- **TASK DESCRIPTION**
The required output is the exact run of lines below that opens at the line with "Circle(SKETCH001_R)" and closes at the line with "FreeCAD Python script".

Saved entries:
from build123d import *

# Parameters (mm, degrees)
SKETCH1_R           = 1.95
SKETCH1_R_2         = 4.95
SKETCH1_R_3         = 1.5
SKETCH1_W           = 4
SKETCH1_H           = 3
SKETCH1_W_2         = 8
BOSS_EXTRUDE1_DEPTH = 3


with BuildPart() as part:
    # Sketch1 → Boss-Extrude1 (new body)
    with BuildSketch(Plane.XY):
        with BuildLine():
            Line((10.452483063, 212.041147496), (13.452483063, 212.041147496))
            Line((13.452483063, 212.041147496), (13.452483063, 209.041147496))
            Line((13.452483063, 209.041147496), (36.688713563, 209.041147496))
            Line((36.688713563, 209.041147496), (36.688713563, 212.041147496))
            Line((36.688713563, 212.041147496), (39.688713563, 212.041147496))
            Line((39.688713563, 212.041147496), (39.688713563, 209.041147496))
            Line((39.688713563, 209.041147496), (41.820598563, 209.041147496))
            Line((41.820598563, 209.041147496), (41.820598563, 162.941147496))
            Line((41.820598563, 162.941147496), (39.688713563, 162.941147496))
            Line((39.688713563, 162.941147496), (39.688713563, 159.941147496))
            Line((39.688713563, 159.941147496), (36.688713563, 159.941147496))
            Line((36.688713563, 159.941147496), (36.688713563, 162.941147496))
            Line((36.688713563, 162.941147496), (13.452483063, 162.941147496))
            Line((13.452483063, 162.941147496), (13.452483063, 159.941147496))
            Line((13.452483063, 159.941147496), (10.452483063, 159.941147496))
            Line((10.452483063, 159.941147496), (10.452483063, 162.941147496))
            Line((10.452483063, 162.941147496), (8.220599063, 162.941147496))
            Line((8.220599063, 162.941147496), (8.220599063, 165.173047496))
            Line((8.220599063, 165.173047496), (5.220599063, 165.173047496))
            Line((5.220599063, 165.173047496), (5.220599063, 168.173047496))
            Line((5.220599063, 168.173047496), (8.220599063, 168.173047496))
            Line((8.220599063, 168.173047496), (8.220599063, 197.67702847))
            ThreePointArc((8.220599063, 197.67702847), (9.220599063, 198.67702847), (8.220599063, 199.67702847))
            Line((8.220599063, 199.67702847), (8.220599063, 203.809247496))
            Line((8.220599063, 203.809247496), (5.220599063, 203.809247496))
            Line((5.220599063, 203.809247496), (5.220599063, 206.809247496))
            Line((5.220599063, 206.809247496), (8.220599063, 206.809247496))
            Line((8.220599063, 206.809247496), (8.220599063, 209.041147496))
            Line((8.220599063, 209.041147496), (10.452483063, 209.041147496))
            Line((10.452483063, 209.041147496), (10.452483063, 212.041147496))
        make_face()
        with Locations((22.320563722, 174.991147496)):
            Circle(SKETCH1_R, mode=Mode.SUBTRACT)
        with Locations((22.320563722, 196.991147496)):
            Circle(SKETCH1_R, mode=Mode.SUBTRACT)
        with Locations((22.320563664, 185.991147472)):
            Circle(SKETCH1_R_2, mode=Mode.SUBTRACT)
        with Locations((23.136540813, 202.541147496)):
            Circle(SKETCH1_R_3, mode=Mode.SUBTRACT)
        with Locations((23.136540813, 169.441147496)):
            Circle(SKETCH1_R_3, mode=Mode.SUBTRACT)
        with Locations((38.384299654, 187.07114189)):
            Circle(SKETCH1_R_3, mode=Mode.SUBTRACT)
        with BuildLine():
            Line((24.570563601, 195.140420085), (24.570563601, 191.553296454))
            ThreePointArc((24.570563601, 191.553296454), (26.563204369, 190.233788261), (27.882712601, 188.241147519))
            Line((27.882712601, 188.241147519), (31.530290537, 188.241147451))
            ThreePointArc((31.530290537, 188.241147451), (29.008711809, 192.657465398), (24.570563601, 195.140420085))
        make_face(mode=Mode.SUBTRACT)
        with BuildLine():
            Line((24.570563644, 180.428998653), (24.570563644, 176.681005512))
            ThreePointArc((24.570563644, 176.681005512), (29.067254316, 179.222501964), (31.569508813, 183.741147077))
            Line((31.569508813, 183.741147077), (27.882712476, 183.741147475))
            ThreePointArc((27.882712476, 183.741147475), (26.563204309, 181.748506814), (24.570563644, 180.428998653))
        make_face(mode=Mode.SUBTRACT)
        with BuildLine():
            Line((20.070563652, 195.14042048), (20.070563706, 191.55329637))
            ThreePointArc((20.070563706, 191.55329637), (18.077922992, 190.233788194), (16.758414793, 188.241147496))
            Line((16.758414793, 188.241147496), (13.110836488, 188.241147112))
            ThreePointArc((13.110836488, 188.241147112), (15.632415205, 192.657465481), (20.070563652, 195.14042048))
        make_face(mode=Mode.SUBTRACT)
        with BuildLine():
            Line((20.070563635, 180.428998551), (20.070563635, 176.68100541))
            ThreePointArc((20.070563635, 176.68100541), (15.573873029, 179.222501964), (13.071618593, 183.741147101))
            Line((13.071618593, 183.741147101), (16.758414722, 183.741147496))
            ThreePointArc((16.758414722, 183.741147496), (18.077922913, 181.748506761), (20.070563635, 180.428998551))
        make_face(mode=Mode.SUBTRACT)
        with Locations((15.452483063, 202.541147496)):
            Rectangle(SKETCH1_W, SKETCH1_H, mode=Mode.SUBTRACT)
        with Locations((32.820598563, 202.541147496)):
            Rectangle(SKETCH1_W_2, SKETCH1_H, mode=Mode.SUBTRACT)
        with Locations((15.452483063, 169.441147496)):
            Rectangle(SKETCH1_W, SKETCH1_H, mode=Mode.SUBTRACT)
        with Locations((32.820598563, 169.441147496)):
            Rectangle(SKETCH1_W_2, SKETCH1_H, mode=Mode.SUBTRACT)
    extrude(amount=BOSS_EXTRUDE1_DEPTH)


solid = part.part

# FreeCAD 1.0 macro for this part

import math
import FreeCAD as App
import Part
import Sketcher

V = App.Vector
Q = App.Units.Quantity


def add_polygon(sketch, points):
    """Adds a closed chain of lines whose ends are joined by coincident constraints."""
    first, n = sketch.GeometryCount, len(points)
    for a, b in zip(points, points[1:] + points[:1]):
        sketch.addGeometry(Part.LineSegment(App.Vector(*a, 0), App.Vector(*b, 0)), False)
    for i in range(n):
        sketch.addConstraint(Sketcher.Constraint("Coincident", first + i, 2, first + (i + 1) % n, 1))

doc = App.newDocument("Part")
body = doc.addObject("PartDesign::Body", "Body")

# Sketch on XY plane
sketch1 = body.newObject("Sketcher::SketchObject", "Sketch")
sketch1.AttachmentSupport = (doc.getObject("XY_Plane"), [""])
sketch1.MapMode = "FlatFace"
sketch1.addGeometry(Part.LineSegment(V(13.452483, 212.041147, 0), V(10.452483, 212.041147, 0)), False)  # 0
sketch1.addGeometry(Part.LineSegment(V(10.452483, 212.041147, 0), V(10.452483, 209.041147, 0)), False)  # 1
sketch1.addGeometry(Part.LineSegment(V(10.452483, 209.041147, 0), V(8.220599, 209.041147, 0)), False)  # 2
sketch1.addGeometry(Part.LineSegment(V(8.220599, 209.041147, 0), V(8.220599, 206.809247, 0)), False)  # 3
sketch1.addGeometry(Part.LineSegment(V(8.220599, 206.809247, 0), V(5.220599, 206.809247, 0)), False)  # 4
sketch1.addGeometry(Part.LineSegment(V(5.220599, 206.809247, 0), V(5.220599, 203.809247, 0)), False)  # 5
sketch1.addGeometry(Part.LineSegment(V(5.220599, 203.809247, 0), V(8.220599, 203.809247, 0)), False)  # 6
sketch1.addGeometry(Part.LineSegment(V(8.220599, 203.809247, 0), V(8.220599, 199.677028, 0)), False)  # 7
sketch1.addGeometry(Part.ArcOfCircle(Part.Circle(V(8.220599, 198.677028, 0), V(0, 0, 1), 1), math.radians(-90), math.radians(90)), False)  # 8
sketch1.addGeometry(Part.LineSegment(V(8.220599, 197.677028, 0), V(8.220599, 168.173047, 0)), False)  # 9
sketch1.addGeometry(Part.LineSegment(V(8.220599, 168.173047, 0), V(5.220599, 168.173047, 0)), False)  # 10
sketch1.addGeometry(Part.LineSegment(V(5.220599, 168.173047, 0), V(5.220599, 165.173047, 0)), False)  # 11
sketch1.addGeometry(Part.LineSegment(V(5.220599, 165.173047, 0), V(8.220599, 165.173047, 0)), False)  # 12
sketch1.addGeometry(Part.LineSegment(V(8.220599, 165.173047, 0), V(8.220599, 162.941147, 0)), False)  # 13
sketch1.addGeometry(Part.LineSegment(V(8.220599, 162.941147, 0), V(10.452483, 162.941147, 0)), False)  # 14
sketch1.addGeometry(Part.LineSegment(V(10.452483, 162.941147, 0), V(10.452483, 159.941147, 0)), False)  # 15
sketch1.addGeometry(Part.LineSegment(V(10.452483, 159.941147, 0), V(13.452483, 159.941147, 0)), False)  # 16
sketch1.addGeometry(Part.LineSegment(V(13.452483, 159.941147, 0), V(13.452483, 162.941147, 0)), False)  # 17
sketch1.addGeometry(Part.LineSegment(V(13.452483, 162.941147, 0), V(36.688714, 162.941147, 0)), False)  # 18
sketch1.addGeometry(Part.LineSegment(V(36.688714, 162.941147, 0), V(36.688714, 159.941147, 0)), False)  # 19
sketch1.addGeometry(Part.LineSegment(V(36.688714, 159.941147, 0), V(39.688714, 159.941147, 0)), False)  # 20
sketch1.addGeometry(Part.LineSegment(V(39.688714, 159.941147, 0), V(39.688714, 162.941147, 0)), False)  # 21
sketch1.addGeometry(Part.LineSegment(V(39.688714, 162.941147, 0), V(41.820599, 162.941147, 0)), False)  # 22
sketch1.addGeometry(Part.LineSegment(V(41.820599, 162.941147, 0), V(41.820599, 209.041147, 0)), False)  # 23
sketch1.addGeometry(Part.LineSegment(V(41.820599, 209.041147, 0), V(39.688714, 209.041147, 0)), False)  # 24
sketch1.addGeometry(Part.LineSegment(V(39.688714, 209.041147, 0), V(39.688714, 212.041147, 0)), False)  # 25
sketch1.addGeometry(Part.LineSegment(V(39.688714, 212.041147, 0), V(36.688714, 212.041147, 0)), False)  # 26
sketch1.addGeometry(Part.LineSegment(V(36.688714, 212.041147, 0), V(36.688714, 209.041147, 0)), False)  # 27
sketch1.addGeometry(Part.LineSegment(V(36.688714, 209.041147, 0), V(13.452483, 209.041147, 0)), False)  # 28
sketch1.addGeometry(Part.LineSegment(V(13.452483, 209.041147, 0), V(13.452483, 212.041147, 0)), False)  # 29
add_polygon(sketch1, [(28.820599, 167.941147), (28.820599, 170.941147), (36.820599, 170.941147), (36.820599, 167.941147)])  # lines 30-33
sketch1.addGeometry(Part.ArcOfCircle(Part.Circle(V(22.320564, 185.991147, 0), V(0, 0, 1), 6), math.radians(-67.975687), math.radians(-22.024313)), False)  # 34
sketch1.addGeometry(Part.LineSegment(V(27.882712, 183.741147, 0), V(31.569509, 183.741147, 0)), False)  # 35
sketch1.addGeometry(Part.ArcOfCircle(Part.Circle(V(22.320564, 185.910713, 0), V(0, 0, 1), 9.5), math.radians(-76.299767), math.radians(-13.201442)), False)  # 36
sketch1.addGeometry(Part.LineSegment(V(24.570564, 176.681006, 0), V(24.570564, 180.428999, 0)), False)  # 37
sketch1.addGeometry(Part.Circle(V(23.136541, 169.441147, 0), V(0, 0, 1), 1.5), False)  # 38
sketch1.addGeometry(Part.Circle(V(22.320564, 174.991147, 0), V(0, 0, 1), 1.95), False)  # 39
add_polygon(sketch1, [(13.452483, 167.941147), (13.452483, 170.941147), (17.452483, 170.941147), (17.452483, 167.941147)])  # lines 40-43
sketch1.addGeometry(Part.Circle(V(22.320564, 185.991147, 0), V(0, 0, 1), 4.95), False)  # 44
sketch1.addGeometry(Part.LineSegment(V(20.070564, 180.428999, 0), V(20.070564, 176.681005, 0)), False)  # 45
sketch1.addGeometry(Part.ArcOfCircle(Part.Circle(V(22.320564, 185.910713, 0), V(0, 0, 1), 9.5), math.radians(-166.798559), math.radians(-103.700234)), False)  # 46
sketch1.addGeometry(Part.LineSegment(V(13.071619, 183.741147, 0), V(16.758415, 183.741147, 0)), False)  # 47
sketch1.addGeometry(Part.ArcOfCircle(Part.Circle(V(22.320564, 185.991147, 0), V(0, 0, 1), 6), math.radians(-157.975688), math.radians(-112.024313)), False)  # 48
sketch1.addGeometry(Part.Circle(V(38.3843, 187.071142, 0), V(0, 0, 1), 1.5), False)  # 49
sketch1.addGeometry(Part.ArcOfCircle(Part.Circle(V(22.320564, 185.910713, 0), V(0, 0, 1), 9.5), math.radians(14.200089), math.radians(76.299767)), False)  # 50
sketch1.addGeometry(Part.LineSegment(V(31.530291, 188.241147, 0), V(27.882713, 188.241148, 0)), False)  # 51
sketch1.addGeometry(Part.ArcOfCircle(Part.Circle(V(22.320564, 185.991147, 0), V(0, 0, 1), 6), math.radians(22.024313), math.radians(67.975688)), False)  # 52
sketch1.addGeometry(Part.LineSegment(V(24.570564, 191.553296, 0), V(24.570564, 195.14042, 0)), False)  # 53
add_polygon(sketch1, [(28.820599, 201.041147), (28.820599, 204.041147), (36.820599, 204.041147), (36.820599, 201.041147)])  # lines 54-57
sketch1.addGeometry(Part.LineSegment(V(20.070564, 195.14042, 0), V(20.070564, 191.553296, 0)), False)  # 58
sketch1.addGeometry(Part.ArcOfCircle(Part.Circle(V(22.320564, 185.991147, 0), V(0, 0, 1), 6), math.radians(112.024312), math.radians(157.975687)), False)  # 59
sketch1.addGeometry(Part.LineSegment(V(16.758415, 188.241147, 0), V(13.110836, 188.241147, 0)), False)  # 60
--
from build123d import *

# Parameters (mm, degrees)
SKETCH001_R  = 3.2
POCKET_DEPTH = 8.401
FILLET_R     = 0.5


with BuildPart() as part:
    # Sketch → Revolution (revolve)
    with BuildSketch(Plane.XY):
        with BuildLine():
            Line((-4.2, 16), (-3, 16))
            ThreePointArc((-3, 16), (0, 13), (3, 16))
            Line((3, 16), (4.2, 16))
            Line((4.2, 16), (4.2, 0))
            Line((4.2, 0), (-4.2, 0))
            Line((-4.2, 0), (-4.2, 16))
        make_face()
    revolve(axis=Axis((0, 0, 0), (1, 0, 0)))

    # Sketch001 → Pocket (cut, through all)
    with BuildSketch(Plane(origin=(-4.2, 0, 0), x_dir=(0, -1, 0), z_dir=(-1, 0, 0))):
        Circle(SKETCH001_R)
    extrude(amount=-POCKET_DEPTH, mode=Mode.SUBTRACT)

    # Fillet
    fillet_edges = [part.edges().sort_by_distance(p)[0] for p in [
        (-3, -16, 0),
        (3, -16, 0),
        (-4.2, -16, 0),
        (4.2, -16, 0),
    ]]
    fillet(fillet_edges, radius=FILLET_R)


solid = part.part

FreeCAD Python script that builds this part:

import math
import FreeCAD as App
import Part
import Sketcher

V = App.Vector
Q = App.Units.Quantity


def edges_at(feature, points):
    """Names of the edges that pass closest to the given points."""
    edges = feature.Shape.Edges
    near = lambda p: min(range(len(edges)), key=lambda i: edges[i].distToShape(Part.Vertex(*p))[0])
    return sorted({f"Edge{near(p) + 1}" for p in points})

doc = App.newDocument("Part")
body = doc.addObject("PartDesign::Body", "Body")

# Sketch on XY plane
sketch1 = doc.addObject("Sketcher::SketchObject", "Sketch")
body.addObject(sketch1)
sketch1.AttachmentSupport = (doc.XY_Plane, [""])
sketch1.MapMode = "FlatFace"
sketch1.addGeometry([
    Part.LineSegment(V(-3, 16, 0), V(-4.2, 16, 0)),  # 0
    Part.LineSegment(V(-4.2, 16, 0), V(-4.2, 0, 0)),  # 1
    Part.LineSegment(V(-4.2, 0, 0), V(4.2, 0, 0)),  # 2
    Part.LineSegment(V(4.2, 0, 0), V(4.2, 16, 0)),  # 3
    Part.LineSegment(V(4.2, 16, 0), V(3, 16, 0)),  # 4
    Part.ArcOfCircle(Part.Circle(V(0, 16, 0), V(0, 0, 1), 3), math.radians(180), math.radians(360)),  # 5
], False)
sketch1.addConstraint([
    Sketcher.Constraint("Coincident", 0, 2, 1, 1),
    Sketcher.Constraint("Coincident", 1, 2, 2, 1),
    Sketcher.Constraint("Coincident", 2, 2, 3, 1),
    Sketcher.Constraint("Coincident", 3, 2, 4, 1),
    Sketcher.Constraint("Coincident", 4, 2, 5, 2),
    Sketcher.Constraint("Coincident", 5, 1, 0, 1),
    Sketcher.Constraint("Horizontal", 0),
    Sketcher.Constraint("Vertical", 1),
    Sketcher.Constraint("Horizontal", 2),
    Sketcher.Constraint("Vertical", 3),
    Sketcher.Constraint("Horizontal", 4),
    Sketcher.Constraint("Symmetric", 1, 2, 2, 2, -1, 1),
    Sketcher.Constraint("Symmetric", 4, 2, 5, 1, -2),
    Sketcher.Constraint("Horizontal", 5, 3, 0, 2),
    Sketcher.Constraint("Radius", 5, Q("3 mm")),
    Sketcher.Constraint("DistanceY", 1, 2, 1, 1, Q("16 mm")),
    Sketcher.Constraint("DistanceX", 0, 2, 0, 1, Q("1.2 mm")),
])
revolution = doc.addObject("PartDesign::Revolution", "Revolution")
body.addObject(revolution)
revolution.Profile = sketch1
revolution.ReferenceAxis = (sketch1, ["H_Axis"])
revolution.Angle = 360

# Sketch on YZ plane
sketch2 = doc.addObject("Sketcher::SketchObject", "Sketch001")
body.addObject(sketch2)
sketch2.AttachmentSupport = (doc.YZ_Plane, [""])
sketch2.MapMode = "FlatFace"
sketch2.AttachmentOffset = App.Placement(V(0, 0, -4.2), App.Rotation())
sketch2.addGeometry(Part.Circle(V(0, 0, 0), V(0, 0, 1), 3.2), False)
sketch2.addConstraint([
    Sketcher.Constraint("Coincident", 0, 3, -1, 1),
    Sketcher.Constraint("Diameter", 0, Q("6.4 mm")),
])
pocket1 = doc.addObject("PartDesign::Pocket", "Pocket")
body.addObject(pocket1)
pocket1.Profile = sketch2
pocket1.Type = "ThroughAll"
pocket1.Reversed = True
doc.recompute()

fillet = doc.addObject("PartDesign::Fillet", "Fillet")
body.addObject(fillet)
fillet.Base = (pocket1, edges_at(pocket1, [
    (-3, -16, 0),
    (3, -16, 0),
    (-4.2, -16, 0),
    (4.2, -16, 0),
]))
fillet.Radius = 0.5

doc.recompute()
==
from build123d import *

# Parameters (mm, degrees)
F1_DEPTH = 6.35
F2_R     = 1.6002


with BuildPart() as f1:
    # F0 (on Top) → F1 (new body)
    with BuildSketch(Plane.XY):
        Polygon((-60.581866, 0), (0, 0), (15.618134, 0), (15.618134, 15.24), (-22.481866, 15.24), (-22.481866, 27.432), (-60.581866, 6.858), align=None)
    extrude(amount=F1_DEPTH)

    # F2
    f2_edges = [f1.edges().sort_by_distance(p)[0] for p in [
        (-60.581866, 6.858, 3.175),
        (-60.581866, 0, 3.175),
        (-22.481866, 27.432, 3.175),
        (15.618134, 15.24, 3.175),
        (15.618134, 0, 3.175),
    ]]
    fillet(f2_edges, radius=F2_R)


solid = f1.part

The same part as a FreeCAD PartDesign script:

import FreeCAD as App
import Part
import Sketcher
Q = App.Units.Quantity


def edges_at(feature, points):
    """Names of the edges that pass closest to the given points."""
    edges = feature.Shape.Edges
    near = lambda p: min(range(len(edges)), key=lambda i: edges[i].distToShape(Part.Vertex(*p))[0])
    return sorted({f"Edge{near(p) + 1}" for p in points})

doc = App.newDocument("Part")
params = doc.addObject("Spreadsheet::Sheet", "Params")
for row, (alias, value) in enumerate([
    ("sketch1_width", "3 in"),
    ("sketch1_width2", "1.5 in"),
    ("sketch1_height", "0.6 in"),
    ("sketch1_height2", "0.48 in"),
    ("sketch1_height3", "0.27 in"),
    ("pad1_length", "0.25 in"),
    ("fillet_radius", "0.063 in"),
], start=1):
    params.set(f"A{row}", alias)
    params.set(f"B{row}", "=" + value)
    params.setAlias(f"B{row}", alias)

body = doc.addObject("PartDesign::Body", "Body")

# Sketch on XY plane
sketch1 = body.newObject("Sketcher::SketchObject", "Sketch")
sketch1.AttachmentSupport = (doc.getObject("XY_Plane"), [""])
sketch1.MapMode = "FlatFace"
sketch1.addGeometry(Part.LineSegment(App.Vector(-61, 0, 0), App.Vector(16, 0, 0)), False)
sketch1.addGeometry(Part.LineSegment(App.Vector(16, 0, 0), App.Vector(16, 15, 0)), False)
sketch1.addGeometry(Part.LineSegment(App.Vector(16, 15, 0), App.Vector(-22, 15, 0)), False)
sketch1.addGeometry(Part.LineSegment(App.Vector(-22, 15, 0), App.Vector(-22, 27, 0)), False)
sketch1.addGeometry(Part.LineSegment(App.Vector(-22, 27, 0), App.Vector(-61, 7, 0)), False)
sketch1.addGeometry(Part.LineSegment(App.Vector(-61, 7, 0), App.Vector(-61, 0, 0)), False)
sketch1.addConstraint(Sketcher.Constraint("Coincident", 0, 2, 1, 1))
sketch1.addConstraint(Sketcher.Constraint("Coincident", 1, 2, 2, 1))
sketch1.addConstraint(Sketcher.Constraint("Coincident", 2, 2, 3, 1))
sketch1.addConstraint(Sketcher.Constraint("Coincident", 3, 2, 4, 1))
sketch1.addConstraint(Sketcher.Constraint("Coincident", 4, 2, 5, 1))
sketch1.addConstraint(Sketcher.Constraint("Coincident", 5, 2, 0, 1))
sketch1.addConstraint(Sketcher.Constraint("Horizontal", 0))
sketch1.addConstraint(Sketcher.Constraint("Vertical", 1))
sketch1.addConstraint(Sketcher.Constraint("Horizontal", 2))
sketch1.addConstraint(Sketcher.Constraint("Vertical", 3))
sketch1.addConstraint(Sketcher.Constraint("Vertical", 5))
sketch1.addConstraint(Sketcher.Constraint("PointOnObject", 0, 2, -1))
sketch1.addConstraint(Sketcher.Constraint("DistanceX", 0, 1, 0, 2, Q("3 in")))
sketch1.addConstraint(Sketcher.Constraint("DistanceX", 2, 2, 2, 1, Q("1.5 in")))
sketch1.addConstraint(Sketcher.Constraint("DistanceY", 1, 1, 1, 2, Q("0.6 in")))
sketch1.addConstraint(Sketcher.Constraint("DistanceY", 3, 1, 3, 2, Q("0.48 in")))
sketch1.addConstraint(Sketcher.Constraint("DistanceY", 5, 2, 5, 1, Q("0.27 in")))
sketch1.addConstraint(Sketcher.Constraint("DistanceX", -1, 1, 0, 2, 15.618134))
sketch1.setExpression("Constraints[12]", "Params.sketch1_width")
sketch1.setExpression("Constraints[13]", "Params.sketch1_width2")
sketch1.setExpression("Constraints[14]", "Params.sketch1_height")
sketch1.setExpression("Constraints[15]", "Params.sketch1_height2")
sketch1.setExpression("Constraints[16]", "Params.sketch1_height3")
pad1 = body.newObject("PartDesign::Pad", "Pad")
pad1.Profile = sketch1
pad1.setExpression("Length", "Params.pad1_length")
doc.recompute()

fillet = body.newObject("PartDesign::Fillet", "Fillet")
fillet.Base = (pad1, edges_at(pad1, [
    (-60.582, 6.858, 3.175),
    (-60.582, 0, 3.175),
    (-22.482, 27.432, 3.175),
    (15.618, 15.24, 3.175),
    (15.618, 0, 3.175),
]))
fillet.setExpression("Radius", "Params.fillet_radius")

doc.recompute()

- **FINISHED EXERCISE**
        Circle(SKETCH001_R)
    extrude(amount=-POCKET_DEPTH, mode=Mode.SUBTRACT)

    # Fillet
    fillet_edges = [part.edges().sort_by_distance(p)[0] for p in [
        (-3, -16, 0),
        (3, -16, 0),
        (-4.2, -16, 0),
        (4.2, -16, 0),
    ]]
    fillet(fillet_edges, radius=FILLET_R)


solid = part.part

FreeCAD Python script that builds this part:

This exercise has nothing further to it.